Will Leitch Will Leitch
April 11, 2016

http://www.sportsonearth.com/article/171672614/jordan-spieth-masters-press-conference

I’ve got a confession to make to you.

I am a professional sportswriter, and I’ve interviewed hundreds of athletes in my life. I’ve interviewed athletes for several days over several months, I’ve interviewed athletes as they’ve fallen asleep in the back of an SUV, I’ve interviewed athletes for one minute a day for 15 consecutive days, I’ve even interviewed athletes while doing shots in the back of a Lower East Side bar while said athlete sucked down Mandarin Absolutes and Red Bulls. But here’s something I’ve never done: I’ve never asked a question at a press conference.

This is a ridiculous confession for a professional sportswriter to make because, in many ways, press conferences are the only time most people see any of their favorite athletes answer questions in the first place. The postgame press conference has become part of sporting lore, where athletes theoretically face the music or, more likely of late, play around with their cute kid. The postgame press conference is such a staple of how we experience sports that you can actually simulate it in a video game.

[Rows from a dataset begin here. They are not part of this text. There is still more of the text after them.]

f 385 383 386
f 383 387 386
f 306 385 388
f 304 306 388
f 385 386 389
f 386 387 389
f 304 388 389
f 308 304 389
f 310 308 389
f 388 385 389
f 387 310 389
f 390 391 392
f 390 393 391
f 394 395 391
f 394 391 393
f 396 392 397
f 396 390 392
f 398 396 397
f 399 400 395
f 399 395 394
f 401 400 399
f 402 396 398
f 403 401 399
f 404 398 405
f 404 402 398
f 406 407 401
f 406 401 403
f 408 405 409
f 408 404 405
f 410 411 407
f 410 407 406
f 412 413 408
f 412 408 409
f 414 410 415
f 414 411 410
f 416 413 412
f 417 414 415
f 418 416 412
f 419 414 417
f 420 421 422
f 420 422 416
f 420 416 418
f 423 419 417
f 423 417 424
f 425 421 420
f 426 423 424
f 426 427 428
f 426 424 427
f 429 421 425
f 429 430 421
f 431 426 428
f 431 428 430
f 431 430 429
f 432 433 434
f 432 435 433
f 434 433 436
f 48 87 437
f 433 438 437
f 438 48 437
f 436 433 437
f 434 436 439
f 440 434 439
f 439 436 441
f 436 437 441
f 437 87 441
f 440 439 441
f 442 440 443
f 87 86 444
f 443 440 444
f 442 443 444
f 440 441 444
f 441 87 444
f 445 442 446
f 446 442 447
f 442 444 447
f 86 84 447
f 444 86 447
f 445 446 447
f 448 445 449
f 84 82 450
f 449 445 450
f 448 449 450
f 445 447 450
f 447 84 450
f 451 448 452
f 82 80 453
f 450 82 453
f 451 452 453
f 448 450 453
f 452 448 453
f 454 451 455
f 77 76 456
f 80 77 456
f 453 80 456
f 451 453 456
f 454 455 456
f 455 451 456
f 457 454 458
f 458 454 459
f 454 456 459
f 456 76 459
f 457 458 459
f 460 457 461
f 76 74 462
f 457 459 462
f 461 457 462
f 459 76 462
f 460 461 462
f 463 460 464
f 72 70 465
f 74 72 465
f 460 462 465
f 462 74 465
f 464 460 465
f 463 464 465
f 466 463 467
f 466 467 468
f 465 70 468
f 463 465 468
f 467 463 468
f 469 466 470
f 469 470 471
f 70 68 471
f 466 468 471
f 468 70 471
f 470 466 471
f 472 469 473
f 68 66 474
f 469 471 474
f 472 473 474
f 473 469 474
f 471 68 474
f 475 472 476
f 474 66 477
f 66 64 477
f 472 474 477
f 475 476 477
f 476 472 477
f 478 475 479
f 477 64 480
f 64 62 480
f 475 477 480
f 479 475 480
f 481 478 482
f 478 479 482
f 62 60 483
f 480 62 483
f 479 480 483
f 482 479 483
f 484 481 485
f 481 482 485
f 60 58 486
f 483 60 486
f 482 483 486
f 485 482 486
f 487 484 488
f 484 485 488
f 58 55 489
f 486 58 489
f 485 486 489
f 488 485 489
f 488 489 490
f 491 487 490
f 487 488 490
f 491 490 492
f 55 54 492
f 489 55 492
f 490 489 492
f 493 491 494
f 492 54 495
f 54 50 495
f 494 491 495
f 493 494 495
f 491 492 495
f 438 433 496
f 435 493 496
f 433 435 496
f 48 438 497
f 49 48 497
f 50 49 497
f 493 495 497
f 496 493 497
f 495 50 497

I’m not sure I can make a strong argument for the utility of an institution that can be so easily simulated in a video game. There’s even a “heartwarming” question that requests the (fictional) athlete to talk about his connection to a (fictional) childhood friend who (fictionally) died earlier that year. The (fictional) athlete is then instructed to tell a (fictional) anecdote about all the (fictional) good times they had together. The questions have the same cadence, pivots and transitions; they’re Mad Libs questions: simply add in your proper nouns and statistics.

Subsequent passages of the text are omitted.